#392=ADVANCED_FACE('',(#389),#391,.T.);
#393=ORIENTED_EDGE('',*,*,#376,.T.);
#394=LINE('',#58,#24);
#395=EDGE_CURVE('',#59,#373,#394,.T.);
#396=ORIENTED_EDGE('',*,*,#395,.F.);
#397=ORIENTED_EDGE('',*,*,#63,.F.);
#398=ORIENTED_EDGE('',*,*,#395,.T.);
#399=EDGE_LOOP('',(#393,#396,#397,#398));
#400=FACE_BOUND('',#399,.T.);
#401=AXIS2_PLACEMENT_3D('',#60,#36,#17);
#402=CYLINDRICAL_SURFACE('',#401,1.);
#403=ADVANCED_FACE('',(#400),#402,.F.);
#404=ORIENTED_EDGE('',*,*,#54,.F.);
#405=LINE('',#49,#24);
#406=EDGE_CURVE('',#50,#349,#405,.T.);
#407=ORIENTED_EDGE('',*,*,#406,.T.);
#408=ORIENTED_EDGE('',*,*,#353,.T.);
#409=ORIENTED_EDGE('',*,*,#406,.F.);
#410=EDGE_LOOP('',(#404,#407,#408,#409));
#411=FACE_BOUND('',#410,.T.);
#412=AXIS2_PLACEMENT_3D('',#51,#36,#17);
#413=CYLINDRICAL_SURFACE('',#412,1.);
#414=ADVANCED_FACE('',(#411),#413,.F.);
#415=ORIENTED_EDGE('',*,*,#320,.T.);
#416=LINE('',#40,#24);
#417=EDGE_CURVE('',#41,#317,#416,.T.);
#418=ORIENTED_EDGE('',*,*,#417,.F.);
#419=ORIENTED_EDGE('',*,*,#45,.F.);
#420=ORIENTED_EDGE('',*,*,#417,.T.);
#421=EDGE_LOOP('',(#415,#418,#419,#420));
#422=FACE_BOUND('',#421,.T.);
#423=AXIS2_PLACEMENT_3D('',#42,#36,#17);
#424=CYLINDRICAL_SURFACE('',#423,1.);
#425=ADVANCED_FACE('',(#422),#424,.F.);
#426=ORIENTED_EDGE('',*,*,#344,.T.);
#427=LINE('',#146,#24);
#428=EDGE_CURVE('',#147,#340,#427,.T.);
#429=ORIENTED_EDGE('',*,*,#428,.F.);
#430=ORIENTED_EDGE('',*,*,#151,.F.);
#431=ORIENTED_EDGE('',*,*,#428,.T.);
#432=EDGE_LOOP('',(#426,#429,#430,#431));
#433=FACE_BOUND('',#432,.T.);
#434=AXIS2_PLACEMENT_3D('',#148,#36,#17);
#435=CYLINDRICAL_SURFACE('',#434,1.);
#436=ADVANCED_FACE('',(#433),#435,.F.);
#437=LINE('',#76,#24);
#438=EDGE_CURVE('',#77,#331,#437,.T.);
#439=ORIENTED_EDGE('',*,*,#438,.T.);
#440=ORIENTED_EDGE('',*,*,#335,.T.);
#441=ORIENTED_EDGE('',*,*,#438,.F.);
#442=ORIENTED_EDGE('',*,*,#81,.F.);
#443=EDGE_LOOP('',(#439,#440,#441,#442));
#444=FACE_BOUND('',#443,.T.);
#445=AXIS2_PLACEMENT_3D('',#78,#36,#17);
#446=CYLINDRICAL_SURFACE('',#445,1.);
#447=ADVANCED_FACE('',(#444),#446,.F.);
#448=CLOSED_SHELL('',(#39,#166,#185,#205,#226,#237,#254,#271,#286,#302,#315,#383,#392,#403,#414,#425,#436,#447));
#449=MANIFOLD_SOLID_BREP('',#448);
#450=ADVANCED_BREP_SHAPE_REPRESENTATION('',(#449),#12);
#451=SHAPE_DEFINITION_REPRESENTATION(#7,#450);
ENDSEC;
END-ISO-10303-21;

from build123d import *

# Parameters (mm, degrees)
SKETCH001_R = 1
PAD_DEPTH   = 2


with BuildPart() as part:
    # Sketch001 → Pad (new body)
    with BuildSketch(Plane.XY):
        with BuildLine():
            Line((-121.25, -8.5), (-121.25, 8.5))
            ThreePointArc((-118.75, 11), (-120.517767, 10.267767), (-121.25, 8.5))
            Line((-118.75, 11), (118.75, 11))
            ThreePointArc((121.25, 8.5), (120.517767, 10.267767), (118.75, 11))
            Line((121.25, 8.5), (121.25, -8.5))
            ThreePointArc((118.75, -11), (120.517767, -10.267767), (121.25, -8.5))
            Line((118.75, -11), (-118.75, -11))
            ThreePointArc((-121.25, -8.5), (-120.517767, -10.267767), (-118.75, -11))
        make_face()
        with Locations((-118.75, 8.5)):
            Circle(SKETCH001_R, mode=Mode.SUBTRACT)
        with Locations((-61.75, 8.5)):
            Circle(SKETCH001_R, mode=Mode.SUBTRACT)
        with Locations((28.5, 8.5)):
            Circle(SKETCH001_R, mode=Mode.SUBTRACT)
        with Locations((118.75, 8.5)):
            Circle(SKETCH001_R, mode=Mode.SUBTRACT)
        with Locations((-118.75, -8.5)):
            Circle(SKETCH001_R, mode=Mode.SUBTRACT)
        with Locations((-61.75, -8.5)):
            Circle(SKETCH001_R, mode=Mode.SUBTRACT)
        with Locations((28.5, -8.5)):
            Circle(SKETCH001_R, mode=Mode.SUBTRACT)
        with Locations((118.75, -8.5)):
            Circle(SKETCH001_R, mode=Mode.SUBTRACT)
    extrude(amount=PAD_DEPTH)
#####
Your output must be an exact copy of every entry.

* **Task response**
#392=ADVANCED_FACE('',(#389),#391,.T.);
#393=ORIENTED_EDGE('',*,*,#376,.T.);
#394=LINE('',#58,#24);
#395=EDGE_CURVE('',#59,#373,#394,.T.);
#396=ORIENTED_EDGE('',*,*,#395,.F.);
#397=ORIENTED_EDGE('',*,*,#63,.F.);
#398=ORIENTED_EDGE('',*,*,#395,.T.);
#399=EDGE_LOOP('',(#393,#396,#397,#398));
#400=FACE_BOUND('',#399,.T.);
#401=AXIS2_PLACEMENT_3D('',#60,#36,#17);
#402=CYLINDRICAL_SURFACE('',#401,1.);
#403=ADVANCED_FACE('',(#400),#402,.F.);
#404=ORIENTED_EDGE('',*,*,#54,.F.);
#405=LINE('',#49,#24);
#406=EDGE_CURVE('',#50,#349,#405,.T.);
#407=ORIENTED_EDGE('',*,*,#406,.T.);
#408=ORIENTED_EDGE('',*,*,#353,.T.);
#409=ORIENTED_EDGE('',*,*,#406,.F.);
#410=EDGE_LOOP('',(#404,#407,#408,#409));
#411=FACE_BOUND('',#410,.T.);
#412=AXIS2_PLACEMENT_3D('',#51,#36,#17);
#413=CYLINDRICAL_SURFACE('',#412,1.);
#414=ADVANCED_FACE('',(#411),#413,.F.);
#415=ORIENTED_EDGE('',*,*,#320,.T.);
#416=LINE('',#40,#24);
#417=EDGE_CURVE('',#41,#317,#416,.T.);
#418=ORIENTED_EDGE('',*,*,#417,.F.);
#419=ORIENTED_EDGE('',*,*,#45,.F.);
#420=ORIENTED_EDGE('',*,*,#417,.T.);
#421=EDGE_LOOP('',(#415,#418,#419,#420));
#422=FACE_BOUND('',#421,.T.);
#423=AXIS2_PLACEMENT_3D('',#42,#36,#17);
#424=CYLINDRICAL_SURFACE('',#423,1.);
#425=ADVANCED_FACE('',(#422),#424,.F.);
#426=ORIENTED_EDGE('',*,*,#344,.T.);
#427=LINE('',#146,#24);
#428=EDGE_CURVE('',#147,#340,#427,.T.);
#429=ORIENTED_EDGE('',*,*,#428,.F.);
#430=ORIENTED_EDGE('',*,*,#151,.F.);
#431=ORIENTED_EDGE('',*,*,#428,.T.);
#432=EDGE_LOOP('',(#426,#429,#430,#431));
#433=FACE_BOUND('',#432,.T.);
#434=AXIS2_PLACEMENT_3D('',#148,#36,#17);
#435=CYLINDRICAL_SURFACE('',#434,1.);
#436=ADVANCED_FACE('',(#433),#435,.F.);
#437=LINE('',#76,#24);
#438=EDGE_CURVE('',#77,#331,#437,.T.);
#439=ORIENTED_EDGE('',*,*,#438,.T.);
#440=ORIENTED_EDGE('',*,*,#335,.T.);
#441=ORIENTED_EDGE('',*,*,#438,.F.);
#442=ORIENTED_EDGE('',*,*,#81,.F.);
#443=EDGE_LOOP('',(#439,#440,#441,#442));
#444=FACE_BOUND('',#443,.T.);
#445=AXIS2_PLACEMENT_3D('',#78,#36,#17);
#446=CYLINDRICAL_SURFACE('',#445,1.);
#447=ADVANCED_FACE('',(#444),#446,.F.);
#448=CLOSED_SHELL('',(#39,#166,#185,#205,#226,#237,#254,#271,#286,#302,#315,#383,#392,#403,#414,#425,#436,#447));
#449=MANIFOLD_SOLID_BREP('',#448);
#450=ADVANCED_BREP_SHAPE_REPRESENTATION('',(#449),#12);
#451=SHAPE_DEFINITION_REPRESENTATION(#7,#450);
ENDSEC;
END-ISO-10303-21;

from build123d import *

# Parameters (mm, degrees)
SKETCH001_R = 1
PAD_DEPTH   = 2


with BuildPart() as part:
    # Sketch001 → Pad (new body)
    with BuildSketch(Plane.XY):
        with BuildLine():
            Line((-121.25, -8.5), (-121.25, 8.5))
            ThreePointArc((-118.75, 11), (-120.517767, 10.267767), (-121.25, 8.5))
            Line((-118.75, 11), (118.75, 11))
            ThreePointArc((121.25, 8.5), (120.517767, 10.267767), (118.75, 11))
            Line((121.25, 8.5), (121.25, -8.5))
            ThreePointArc((118.75, -11), (120.517767, -10.267767), (121.25, -8.5))
            Line((118.75, -11), (-118.75, -11))
            ThreePointArc((-121.25, -8.5), (-120.517767, -10.267767), (-118.75, -11))
        make_face()
        with Locations((-118.75, 8.5)):
            Circle(SKETCH001_R, mode=Mode.SUBTRACT)
        with Locations((-61.75, 8.5)):
            Circle(SKETCH001_R, mode=Mode.SUBTRACT)
        with Locations((28.5, 8.5)):
            Circle(SKETCH001_R, mode=Mode.SUBTRACT)
        with Locations((118.75, 8.5)):
            Circle(SKETCH001_R, mode=Mode.SUBTRACT)
        with Locations((-118.75, -8.5)):
            Circle(SKETCH001_R, mode=Mode.SUBTRACT)
        with Locations((-61.75, -8.5)):
            Circle(SKETCH001_R, mode=Mode.SUBTRACT)
        with Locations((28.5, -8.5)):
            Circle(SKETCH001_R, mode=Mode.SUBTRACT)
        with Locations((118.75, -8.5)):
            Circle(SKETCH001_R, mode=Mode.SUBTRACT)
    extrude(amount=PAD_DEPTH)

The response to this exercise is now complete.